#### [EXERCISE OBJECTIVE]
Restrict the output to the lines below starting at the one that contains "e17 v16 v14" and ending at the one that contains "v23 (0,-4.25,11)", and restate them word for word, both ends included.

#### [RECORDS FOR THIS TASK]
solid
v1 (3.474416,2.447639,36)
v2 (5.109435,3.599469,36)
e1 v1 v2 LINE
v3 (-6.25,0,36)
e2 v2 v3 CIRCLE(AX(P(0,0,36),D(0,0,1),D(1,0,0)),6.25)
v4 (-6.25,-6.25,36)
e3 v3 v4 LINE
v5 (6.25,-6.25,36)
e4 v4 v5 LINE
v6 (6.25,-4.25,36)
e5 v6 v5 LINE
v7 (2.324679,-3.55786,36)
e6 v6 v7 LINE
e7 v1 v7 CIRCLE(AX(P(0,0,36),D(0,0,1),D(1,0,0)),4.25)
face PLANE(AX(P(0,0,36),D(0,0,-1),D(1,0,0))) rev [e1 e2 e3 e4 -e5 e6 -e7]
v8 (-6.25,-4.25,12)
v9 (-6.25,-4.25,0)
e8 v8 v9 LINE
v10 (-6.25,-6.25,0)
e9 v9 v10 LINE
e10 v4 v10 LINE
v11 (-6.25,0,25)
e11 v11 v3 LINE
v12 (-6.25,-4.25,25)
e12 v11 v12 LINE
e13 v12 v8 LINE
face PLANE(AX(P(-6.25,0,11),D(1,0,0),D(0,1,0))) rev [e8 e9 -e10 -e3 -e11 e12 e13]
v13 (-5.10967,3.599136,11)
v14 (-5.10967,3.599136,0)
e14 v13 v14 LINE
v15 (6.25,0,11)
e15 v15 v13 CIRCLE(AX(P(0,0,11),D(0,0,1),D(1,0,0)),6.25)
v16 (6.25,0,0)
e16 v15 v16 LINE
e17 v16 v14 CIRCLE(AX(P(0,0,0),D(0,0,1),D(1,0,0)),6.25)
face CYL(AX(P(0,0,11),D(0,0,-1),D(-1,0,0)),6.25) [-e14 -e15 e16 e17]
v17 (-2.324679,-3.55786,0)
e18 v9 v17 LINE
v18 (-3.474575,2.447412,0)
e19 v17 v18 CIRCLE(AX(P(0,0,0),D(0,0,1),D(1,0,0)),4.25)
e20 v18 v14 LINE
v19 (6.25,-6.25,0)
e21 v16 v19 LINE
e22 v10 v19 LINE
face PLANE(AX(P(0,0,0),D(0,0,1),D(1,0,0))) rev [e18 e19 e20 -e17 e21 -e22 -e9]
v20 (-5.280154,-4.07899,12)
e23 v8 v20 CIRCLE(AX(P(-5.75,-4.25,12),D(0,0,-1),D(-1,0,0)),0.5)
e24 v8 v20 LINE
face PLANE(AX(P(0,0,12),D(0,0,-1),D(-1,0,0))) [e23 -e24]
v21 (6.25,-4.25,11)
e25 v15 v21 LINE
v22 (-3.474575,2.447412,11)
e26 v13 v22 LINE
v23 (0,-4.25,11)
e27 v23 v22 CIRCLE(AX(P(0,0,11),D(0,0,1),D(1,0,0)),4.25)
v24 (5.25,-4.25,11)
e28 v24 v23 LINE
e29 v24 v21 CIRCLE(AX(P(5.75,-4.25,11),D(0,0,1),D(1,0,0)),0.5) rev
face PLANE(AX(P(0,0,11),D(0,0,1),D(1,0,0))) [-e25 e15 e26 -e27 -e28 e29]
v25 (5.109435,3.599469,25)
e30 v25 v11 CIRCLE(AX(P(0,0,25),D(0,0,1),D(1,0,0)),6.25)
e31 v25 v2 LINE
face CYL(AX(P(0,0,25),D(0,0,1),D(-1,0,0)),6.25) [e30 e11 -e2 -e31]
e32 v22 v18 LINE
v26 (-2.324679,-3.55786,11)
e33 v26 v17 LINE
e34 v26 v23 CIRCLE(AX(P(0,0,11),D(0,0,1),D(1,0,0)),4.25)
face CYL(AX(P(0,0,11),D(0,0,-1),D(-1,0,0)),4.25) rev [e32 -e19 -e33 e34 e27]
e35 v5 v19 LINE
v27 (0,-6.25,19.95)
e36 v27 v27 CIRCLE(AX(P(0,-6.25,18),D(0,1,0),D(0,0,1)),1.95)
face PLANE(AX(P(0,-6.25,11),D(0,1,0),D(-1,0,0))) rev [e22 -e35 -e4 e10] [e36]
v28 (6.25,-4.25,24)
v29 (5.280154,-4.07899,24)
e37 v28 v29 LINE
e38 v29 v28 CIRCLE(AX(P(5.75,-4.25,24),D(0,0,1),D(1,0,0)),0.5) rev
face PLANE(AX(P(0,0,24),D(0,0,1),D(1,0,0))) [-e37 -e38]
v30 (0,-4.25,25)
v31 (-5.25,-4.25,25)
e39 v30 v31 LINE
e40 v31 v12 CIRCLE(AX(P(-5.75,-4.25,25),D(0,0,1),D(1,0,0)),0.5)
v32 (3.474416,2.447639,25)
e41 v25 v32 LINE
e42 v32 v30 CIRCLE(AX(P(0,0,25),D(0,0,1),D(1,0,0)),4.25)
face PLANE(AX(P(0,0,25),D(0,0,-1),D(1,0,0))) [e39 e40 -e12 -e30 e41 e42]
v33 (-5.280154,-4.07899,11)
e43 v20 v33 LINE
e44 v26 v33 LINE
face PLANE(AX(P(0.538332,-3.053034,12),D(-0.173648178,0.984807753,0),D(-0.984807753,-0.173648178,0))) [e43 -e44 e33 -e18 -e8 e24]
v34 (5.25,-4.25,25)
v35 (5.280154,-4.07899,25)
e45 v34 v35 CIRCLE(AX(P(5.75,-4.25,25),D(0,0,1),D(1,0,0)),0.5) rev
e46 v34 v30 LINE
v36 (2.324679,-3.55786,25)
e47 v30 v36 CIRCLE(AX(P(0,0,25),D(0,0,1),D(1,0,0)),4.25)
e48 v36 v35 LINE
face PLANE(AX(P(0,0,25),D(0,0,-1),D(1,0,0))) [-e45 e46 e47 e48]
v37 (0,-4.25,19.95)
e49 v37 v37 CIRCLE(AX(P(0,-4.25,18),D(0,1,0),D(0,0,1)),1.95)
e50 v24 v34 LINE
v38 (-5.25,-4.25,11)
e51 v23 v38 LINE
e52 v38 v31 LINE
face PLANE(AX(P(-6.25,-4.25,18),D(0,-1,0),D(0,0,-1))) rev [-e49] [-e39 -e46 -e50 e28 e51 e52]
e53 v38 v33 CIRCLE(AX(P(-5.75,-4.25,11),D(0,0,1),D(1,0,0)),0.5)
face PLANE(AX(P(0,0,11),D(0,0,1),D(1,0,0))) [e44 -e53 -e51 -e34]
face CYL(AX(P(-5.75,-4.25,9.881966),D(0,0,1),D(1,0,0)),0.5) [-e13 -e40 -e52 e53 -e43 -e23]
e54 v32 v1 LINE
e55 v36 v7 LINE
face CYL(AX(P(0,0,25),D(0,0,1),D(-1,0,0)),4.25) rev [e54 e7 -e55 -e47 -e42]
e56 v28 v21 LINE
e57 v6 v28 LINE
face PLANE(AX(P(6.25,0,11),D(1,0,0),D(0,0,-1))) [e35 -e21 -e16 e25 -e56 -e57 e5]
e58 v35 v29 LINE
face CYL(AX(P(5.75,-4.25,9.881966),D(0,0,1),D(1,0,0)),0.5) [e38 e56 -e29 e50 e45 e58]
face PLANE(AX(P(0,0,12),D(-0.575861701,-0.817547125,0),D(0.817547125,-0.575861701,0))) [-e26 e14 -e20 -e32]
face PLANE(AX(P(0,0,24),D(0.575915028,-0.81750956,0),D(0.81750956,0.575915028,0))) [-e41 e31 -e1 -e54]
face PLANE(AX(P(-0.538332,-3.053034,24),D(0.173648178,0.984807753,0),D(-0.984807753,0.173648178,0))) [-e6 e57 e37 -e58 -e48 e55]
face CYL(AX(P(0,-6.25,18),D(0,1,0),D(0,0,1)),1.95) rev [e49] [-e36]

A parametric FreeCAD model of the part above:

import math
import FreeCAD as App
import Part
import Sketcher
Q = App.Units.Quantity


def add_polygon(sketch, points):
    """Adds a closed chain of lines whose ends are joined by coincident constraints."""
    first, n = sketch.GeometryCount, len(points)
    for a, b in zip(points, points[1:] + points[:1]):
        sketch.addGeometry(Part.LineSegment(App.Vector(*a, 0), App.Vector(*b, 0)), False)
    for i in range(n):
        sketch.addConstraint(Sketcher.Constraint("Coincident", first + i, 2, first + (i + 1) % n, 1))

doc = App.newDocument("Part")
body = doc.addObject("PartDesign::Body", "Body")

# Sketch on XY plane
sketch1 = doc.addObject("Sketcher::SketchObject", "Sketch")
body.addObject(sketch1)
sketch1.AttachmentSupport = (doc.XY_Plane, [""])
sketch1.MapMode = "FlatFace"
sketch1.addGeometry([
    Part.LineSegment(App.Vector(-6.25, -6.25, 0), App.Vector(6.25, -6.25, 0)),  # 0
    Part.LineSegment(App.Vector(6.25, -6.25, 0), App.Vector(6.25, 0, 0)),  # 1
    Part.ArcOfCircle(Part.Circle(App.Vector(0, 0, 0), App.Vector(0, 0, 1), 6.25), math.radians(0), math.radians(90)),  # 2
    Part.ArcOfCircle(Part.Circle(App.Vector(0, 0, 0), App.Vector(0, 0, 1), 6.25), math.radians(90), math.radians(180)),  # 3
    Part.LineSegment(App.Vector(-6.25, 0, 0), App.Vector(-6.25, -6.25, 0)),  # 4
    Part.Circle(App.Vector(0, 0, 0), App.Vector(0, 0, 1), 4.25),  # 5
], False)
sketch1.addConstraint([
    Sketcher.Constraint("Coincident", 0, 2, 1, 1),
    Sketcher.Constraint("Tangent", 1, 2, 2, 1),
    Sketcher.Constraint("Tangent", 2, 2, 3, 1),
    Sketcher.Constraint("Tangent", 3, 2, 4, 1),
    Sketcher.Constraint("Coincident", 4, 2, 0, 1),
    Sketcher.Constraint("Horizontal", 0),
    Sketcher.Constraint("Vertical", 1),
    Sketcher.Constraint("Vertical", 4),
    Sketcher.Constraint("Coincident", 2, 3, -1, 1),
    Sketcher.Constraint("Coincident", 5, 3, -1, 1),
    Sketcher.Constraint("Equal", 2, 3),
    Sketcher.Constraint("PointOnObject", 2, 2, -2),
    Sketcher.Constraint("Diameter", 5, 8.5),
    Sketcher.Constraint("Radius", 2, 6.25),
    Sketcher.Constraint("DistanceY", 1, 1, 1, 2, 6.25),
])
pad1 = doc.addObject("PartDesign::Pad", "Pad")
body.addObject(pad1)
pad1.Profile = sketch1
pad1.Length = 11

#### [RESPONSE]
e17 v16 v14 CIRCLE(AX(P(0,0,0),D(0,0,1),D(1,0,0)),6.25)
face CYL(AX(P(0,0,11),D(0,0,-1),D(-1,0,0)),6.25) [-e14 -e15 e16 e17]
v17 (-2.324679,-3.55786,0)
e18 v9 v17 LINE
v18 (-3.474575,2.447412,0)
e19 v17 v18 CIRCLE(AX(P(0,0,0),D(0,0,1),D(1,0,0)),4.25)
e20 v18 v14 LINE
v19 (6.25,-6.25,0)
e21 v16 v19 LINE
e22 v10 v19 LINE
face PLANE(AX(P(0,0,0),D(0,0,1),D(1,0,0))) rev [e18 e19 e20 -e17 e21 -e22 -e9]
v20 (-5.280154,-4.07899,12)
e23 v8 v20 CIRCLE(AX(P(-5.75,-4.25,12),D(0,0,-1),D(-1,0,0)),0.5)
e24 v8 v20 LINE
face PLANE(AX(P(0,0,12),D(0,0,-1),D(-1,0,0))) [e23 -e24]
v21 (6.25,-4.25,11)
e25 v15 v21 LINE
v22 (-3.474575,2.447412,11)
e26 v13 v22 LINE
v23 (0,-4.25,11)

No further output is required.